● Collection entries
■ ■ ■ ■

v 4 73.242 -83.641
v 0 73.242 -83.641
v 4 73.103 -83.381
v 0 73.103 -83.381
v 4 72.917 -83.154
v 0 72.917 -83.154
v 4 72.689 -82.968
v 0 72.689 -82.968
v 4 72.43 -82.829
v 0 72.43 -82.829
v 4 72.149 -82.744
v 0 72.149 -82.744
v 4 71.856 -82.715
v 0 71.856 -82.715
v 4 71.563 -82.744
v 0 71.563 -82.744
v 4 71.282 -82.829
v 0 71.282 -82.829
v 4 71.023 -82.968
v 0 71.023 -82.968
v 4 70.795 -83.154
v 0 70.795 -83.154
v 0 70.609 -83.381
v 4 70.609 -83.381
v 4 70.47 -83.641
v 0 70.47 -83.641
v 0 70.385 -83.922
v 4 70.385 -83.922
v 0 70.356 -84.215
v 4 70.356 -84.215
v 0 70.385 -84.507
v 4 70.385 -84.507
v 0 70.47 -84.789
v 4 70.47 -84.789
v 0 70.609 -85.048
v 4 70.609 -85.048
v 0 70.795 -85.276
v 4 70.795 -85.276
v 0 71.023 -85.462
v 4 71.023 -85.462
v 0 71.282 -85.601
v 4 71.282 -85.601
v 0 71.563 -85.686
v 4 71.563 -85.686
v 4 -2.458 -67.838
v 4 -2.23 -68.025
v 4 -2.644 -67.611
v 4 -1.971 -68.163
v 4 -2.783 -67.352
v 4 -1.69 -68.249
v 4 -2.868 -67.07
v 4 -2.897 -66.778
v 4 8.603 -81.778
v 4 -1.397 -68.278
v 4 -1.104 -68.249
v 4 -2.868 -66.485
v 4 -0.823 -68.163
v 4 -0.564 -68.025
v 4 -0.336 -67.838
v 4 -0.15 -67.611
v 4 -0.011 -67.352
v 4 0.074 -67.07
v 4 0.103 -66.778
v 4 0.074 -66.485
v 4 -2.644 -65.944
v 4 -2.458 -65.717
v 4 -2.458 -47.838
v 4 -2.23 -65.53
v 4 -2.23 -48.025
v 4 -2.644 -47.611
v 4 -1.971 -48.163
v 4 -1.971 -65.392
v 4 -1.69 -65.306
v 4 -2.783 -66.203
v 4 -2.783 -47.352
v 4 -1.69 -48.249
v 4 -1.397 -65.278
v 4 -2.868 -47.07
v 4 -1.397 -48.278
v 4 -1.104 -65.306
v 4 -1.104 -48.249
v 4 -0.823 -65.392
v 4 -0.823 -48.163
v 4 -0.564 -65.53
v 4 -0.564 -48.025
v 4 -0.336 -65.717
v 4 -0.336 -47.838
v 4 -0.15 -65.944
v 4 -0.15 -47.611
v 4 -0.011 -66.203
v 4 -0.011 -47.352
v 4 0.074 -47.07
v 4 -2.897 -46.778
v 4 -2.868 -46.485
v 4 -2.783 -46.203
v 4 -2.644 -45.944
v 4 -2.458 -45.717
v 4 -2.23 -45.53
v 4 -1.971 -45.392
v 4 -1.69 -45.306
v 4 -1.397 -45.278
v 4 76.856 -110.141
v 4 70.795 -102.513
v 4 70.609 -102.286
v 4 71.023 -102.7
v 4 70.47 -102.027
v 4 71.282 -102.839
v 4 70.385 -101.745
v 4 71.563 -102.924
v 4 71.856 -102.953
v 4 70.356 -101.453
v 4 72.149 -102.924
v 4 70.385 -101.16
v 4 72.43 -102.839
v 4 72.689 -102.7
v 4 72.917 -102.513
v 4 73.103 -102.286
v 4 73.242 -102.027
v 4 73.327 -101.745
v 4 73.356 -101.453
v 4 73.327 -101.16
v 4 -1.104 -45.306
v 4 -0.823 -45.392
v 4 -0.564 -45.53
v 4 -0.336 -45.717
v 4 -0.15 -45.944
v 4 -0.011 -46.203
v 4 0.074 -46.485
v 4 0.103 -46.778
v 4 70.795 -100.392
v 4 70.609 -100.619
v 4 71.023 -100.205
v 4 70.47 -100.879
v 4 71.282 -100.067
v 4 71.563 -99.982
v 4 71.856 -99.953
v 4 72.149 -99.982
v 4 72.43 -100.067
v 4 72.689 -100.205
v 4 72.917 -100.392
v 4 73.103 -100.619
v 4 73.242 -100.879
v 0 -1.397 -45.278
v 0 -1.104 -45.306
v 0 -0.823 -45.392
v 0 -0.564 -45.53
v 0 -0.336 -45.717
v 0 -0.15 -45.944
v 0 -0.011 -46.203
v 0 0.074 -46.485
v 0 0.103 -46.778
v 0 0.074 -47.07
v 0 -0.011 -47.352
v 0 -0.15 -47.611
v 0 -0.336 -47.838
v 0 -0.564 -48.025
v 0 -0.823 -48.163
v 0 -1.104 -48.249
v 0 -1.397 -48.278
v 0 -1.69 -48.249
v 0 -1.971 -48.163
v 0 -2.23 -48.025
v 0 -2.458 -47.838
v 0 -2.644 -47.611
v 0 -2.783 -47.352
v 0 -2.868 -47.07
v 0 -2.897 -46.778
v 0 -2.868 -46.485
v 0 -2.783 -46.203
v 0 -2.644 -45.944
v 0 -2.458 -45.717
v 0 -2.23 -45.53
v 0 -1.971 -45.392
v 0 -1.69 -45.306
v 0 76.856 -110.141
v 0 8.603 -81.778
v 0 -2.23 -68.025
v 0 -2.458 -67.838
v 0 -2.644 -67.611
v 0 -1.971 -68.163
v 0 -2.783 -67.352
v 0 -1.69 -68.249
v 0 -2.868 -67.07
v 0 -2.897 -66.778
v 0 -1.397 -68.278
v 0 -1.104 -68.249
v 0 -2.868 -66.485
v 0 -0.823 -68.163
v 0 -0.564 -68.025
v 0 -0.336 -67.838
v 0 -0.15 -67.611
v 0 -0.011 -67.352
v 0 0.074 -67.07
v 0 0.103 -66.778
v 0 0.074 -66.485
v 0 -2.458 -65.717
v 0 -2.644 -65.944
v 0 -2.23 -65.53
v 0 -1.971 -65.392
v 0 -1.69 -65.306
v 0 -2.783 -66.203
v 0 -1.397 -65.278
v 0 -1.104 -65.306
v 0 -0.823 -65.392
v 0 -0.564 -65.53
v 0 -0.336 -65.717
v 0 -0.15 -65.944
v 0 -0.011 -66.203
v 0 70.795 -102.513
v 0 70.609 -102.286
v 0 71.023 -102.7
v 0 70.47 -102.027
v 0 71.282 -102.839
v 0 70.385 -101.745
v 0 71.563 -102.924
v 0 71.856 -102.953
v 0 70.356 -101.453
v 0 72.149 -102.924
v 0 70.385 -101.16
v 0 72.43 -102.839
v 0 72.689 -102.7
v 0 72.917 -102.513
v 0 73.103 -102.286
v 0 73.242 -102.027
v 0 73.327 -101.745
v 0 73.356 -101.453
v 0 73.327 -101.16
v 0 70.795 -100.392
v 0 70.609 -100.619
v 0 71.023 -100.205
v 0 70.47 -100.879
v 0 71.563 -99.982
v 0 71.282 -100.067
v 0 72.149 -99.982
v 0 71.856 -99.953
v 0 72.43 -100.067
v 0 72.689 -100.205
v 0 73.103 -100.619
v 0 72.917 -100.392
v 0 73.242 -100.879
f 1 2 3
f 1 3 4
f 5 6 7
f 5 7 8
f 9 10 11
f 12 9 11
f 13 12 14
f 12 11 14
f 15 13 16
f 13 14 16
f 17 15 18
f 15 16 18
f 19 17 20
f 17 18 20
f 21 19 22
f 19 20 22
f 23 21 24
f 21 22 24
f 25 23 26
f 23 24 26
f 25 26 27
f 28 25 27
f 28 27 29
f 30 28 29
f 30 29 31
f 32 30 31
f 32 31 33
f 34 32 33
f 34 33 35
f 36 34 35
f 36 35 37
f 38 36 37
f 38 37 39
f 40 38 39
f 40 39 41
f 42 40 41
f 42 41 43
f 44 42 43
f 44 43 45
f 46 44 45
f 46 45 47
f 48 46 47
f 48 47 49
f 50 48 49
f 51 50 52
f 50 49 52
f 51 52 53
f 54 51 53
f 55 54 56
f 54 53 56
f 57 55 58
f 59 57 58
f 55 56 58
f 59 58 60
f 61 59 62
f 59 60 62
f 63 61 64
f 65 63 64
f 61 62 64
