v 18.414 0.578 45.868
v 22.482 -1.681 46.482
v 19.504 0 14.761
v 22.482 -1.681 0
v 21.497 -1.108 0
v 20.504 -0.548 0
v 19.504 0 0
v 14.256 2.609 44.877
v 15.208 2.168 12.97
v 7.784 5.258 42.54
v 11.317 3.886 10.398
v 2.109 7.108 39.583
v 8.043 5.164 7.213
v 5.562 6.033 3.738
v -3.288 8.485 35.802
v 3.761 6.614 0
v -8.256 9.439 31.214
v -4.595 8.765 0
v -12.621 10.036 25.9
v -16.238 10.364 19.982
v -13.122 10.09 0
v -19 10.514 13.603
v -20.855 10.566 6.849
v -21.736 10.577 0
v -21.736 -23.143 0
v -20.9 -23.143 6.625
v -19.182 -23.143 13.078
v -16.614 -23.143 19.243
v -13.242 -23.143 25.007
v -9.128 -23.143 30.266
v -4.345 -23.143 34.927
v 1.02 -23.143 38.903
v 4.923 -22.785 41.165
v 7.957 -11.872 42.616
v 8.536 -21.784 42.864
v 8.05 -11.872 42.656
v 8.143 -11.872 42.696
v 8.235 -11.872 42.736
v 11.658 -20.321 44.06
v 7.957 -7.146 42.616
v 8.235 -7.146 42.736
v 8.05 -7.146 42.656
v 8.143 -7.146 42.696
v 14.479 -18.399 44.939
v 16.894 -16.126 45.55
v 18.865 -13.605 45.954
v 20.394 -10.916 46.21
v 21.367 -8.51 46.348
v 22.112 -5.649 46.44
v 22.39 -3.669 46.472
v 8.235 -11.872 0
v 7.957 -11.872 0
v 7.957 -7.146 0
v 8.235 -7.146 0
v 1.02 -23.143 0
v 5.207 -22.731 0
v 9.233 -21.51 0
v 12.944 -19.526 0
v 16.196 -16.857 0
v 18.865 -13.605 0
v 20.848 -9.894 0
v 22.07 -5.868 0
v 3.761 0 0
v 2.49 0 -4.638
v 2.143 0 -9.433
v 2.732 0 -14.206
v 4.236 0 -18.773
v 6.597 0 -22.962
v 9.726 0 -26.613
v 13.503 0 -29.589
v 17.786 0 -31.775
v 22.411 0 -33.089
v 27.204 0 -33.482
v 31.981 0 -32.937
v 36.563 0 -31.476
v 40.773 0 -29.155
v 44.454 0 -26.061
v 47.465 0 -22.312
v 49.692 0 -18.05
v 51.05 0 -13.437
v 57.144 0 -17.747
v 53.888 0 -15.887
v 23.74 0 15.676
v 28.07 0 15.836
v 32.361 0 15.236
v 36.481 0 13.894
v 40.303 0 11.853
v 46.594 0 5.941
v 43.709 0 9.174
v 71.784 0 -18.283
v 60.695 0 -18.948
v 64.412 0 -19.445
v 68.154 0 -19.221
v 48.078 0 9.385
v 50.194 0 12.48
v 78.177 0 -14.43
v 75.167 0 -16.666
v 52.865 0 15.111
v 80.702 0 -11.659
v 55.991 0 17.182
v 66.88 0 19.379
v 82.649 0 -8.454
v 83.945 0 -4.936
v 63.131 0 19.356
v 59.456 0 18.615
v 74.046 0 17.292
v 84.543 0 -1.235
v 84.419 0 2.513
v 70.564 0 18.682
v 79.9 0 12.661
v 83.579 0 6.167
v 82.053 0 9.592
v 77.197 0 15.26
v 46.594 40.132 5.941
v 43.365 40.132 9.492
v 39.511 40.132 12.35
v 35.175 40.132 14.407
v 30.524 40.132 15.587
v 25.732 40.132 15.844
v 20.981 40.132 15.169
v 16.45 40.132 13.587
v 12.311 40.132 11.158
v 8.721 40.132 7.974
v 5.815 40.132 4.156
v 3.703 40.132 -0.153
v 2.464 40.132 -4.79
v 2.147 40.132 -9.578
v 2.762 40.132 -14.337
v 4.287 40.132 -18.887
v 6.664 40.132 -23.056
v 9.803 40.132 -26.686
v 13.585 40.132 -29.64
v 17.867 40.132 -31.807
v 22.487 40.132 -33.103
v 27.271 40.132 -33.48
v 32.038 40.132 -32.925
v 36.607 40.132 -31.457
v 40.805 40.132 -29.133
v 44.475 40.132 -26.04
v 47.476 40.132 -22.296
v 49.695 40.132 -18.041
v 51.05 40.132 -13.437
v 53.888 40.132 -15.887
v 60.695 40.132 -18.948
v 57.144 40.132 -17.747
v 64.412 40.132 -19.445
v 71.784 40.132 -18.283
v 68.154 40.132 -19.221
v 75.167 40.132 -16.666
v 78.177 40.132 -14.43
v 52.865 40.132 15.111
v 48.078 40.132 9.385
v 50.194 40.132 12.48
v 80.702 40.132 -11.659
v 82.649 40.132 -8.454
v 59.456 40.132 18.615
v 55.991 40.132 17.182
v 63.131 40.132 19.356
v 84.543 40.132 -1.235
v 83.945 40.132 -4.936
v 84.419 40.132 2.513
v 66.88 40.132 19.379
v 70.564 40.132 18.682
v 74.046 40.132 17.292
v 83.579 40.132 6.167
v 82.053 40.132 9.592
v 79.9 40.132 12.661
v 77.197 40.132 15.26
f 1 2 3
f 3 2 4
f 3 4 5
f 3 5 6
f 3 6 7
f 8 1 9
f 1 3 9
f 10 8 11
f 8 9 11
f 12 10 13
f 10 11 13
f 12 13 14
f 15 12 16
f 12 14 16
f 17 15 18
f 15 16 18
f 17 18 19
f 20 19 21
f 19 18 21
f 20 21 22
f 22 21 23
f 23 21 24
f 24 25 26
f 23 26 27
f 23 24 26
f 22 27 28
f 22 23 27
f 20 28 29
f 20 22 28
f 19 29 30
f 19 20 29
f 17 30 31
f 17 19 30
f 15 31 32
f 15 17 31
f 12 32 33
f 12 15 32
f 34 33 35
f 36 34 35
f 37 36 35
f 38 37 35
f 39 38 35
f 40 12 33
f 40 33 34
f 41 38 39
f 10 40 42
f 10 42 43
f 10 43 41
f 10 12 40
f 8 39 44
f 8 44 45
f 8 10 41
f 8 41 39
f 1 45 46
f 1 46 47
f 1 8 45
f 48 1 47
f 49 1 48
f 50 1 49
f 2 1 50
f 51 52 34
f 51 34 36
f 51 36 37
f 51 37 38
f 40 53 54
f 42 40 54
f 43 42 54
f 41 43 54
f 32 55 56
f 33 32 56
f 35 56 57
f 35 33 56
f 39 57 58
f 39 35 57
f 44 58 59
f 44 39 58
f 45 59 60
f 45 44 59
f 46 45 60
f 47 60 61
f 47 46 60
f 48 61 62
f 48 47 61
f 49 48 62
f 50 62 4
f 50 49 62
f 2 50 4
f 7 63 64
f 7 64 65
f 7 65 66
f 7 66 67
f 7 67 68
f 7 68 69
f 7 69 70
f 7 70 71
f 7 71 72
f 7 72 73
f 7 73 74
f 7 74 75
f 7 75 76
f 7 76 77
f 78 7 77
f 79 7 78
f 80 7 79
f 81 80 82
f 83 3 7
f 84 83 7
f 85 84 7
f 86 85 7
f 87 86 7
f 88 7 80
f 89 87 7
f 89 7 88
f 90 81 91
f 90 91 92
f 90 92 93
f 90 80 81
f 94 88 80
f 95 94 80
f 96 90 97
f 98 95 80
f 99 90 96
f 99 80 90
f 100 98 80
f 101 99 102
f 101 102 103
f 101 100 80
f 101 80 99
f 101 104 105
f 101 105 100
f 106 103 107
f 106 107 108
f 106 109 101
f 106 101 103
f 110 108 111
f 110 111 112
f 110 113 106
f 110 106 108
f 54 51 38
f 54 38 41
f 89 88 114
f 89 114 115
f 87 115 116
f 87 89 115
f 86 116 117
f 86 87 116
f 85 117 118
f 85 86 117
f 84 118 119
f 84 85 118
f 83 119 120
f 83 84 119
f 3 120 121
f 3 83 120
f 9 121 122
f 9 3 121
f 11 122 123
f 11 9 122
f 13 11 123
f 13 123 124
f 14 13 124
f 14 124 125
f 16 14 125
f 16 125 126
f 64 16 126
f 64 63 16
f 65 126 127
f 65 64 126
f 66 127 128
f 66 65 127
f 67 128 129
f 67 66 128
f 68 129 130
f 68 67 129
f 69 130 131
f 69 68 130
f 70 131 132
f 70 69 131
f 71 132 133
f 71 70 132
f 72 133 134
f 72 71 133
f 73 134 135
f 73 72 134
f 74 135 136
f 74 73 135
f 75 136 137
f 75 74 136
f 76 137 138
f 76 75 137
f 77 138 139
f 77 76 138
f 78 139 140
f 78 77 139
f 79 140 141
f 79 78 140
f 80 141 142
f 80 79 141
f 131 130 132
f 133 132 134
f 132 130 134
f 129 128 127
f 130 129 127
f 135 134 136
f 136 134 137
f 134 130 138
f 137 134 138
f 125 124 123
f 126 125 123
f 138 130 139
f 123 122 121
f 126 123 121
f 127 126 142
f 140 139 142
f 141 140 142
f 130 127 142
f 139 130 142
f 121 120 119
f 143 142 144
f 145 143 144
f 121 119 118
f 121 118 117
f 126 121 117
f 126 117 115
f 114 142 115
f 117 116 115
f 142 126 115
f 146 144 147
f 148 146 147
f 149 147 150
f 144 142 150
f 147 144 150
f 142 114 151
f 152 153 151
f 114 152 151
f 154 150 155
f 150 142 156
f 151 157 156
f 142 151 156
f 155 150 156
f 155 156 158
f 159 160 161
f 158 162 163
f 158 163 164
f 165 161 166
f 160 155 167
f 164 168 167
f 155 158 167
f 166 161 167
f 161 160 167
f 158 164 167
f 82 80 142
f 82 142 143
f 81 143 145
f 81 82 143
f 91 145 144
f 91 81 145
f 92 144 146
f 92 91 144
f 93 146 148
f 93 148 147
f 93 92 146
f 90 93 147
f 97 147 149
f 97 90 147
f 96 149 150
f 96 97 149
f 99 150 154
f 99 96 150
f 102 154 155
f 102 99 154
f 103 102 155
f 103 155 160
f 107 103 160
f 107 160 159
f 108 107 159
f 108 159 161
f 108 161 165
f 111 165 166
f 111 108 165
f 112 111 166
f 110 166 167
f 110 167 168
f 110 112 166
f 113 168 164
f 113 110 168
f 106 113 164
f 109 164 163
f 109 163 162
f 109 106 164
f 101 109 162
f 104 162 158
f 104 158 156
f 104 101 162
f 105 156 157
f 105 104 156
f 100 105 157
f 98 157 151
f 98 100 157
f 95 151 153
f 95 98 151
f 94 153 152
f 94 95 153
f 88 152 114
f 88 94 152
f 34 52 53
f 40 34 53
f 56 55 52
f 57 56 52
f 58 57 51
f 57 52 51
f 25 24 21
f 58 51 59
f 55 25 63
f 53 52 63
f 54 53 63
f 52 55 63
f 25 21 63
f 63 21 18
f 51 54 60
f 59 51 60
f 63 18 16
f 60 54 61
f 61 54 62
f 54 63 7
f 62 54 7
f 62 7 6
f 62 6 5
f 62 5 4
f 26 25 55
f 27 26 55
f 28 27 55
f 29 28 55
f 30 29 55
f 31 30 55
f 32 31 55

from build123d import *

# Parameters (mm, degrees)
F0_W        = 44.3030558527
F0_H        = 33.7232230231
F0_W_2      = 0.2780174837
F0_H_2      = 4.7262893058
F1_DEPTH    = 46.482
F2_T1_DEPTH = 280.6193273788
F3_R        = 21.4623585695
F4_T1_DEPTH = 270.9255150881
F6_DEPTH    = 40.132


# Not quite as in the source:
# - a fillet or chamfer that OpenCascade refuses, or shapes differently, is made with other operations: its cross-section is extruded or revolved along the edge and cut away or added


with BuildPart() as f1:
    # F0 (on Top) → F1 (new body)
    with BuildSketch(Plane.XY):
        with Locations((0.330619514, -6.2817768194)):
            Rectangle(F0_W, F0_H)
        with Locations((8.0964784138, -9.5091590192)):
            Rectangle(F0_W_2, F0_H_2, mode=Mode.SUBTRACT)
    extrude(amount=F1_DEPTH)

    # F2: fillet of radius 49.6700298323 on 1 edges, made by hand

    # F2_s2 → F2_t1 (cut)
    with BuildSketch(Plane.XZ.offset(-134.02788687)):
        with BuildLine():
            ThreePointArc((-21.8209084123, -2.8972208711), (-9.1217429277, 30.2730527625), (22.4821474403, 46.482))
            Line((22.4821474403, 46.482), (-21.8209084123, 46.482))
            Line((-21.8209084123, 46.482), (-21.8209084123, -2.8972208711))
        make_face()
    extrude(amount=F2_T1_DEPTH, mode=Mode.SUBTRACT)

    # F3
    f3_edges = [f1.edges().sort_by_distance(p)[0] for p in [
        (22.482147, -23.143388, 23.241),
    ]]
    fillet(f3_edges, radius=F3_R)

    # F4: fillet of radius 88.3022752574 on 2 edges, made by hand

    # F4_s2 → F4_t1 (cut)
    with BuildSketch(Plane.XY.offset(-112.221757544)):
        with BuildLine():
            ThreePointArc((22.4821474403, -1.6810297614), (0.8599678832, 7.4594865185), (-22.4065555773, 10.5798346922))
            Line((-22.4065555773, 10.5798346922), (22.4821474403, 10.5798346922))
            Line((22.4821474403, 10.5798346922), (22.4821474403, -1.6810297614))
        make_face()
    extrude(amount=F4_T1_DEPTH, mode=Mode.SUBTRACT)

    # F5 (on Front) → F6 (join)
    with BuildSketch(Plane.XZ):
        with BuildLine():
            ThreePointArc((51.0496692561, -13.4370785738), (51.3779423625, -11.1330198173), (51.4876921444, -8.808282204))
            ThreePointArc((51.4876921444, -8.808282204), (50.2324406688, -1.038184698), (46.594391977, 5.9414050633))
            ThreePointArc((46.594391977, 5.9414050633), (46.1598632778, -4.3598915413), (51.0496692561, -13.4370785738))
        make_face()
        with BuildLine():
            ThreePointArc((46.594391977, 5.9414050633), (50.2324406688, -1.038184698), (51.4876921444, -8.808282204))
            ThreePointArc((51.4876921444, -8.808282204), (51.3779423625, -11.1330198173), (51.0496692561, -13.4370785738))
            ThreePointArc((51.0496692561, -13.4370785738), (72.3613537789, -18.0621042721), (84.58179359, 0))
            ThreePointArc((84.58179359, 0), (68.1302794475, 19.2246129703), (46.594391977, 5.9414050633))
        make_face()
        with BuildLine():
            ThreePointArc((51.0496692561, -13.4370785738), (46.1598632778, -4.3598915413), (46.594391977, 5.9414050633))
            ThreePointArc((46.594391977, 5.9414050633), (2.7623791307, -14.3373401751), (51.0496692561, -13.4370785738))
        make_face()
    extrude(amount=-F6_DEPTH)


solid = f1.part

■ ■ ■ ■

● ASSIGNMENT
Return word for word the lines above from the line with "v 8.536 -21.784 42.864" to the line with "v 23.74 0 15.676", including both and leaving out all others.

● SOLUTION FOR THIS EXERCISE
v 8.536 -21.784 42.864
v 8.05 -11.872 42.656
v 8.143 -11.872 42.696
v 8.235 -11.872 42.736
v 11.658 -20.321 44.06
v 7.957 -7.146 42.616
v 8.235 -7.146 42.736
v 8.05 -7.146 42.656
v 8.143 -7.146 42.696
v 14.479 -18.399 44.939
v 16.894 -16.126 45.55
v 18.865 -13.605 45.954
v 20.394 -10.916 46.21
v 21.367 -8.51 46.348
v 22.112 -5.649 46.44
v 22.39 -3.669 46.472
v 8.235 -11.872 0
v 7.957 -11.872 0
v 7.957 -7.146 0
v 8.235 -7.146 0
v 1.02 -23.143 0
v 5.207 -22.731 0
v 9.233 -21.51 0
v 12.944 -19.526 0
v 16.196 -16.857 0
v 18.865 -13.605 0
v 20.848 -9.894 0
v 22.07 -5.868 0
v 3.761 0 0
v 2.49 0 -4.638
v 2.143 0 -9.433
v 2.732 0 -14.206
v 4.236 0 -18.773
v 6.597 0 -22.962
v 9.726 0 -26.613
v 13.503 0 -29.589
v 17.786 0 -31.775
v 22.411 0 -33.089
v 27.204 0 -33.482
v 31.981 0 -32.937
v 36.563 0 -31.476
v 40.773 0 -29.155
v 44.454 0 -26.061
v 47.465 0 -22.312
v 49.692 0 -18.05
v 51.05 0 -13.437
v 57.144 0 -17.747
v 53.888 0 -15.887
v 23.74 0 15.676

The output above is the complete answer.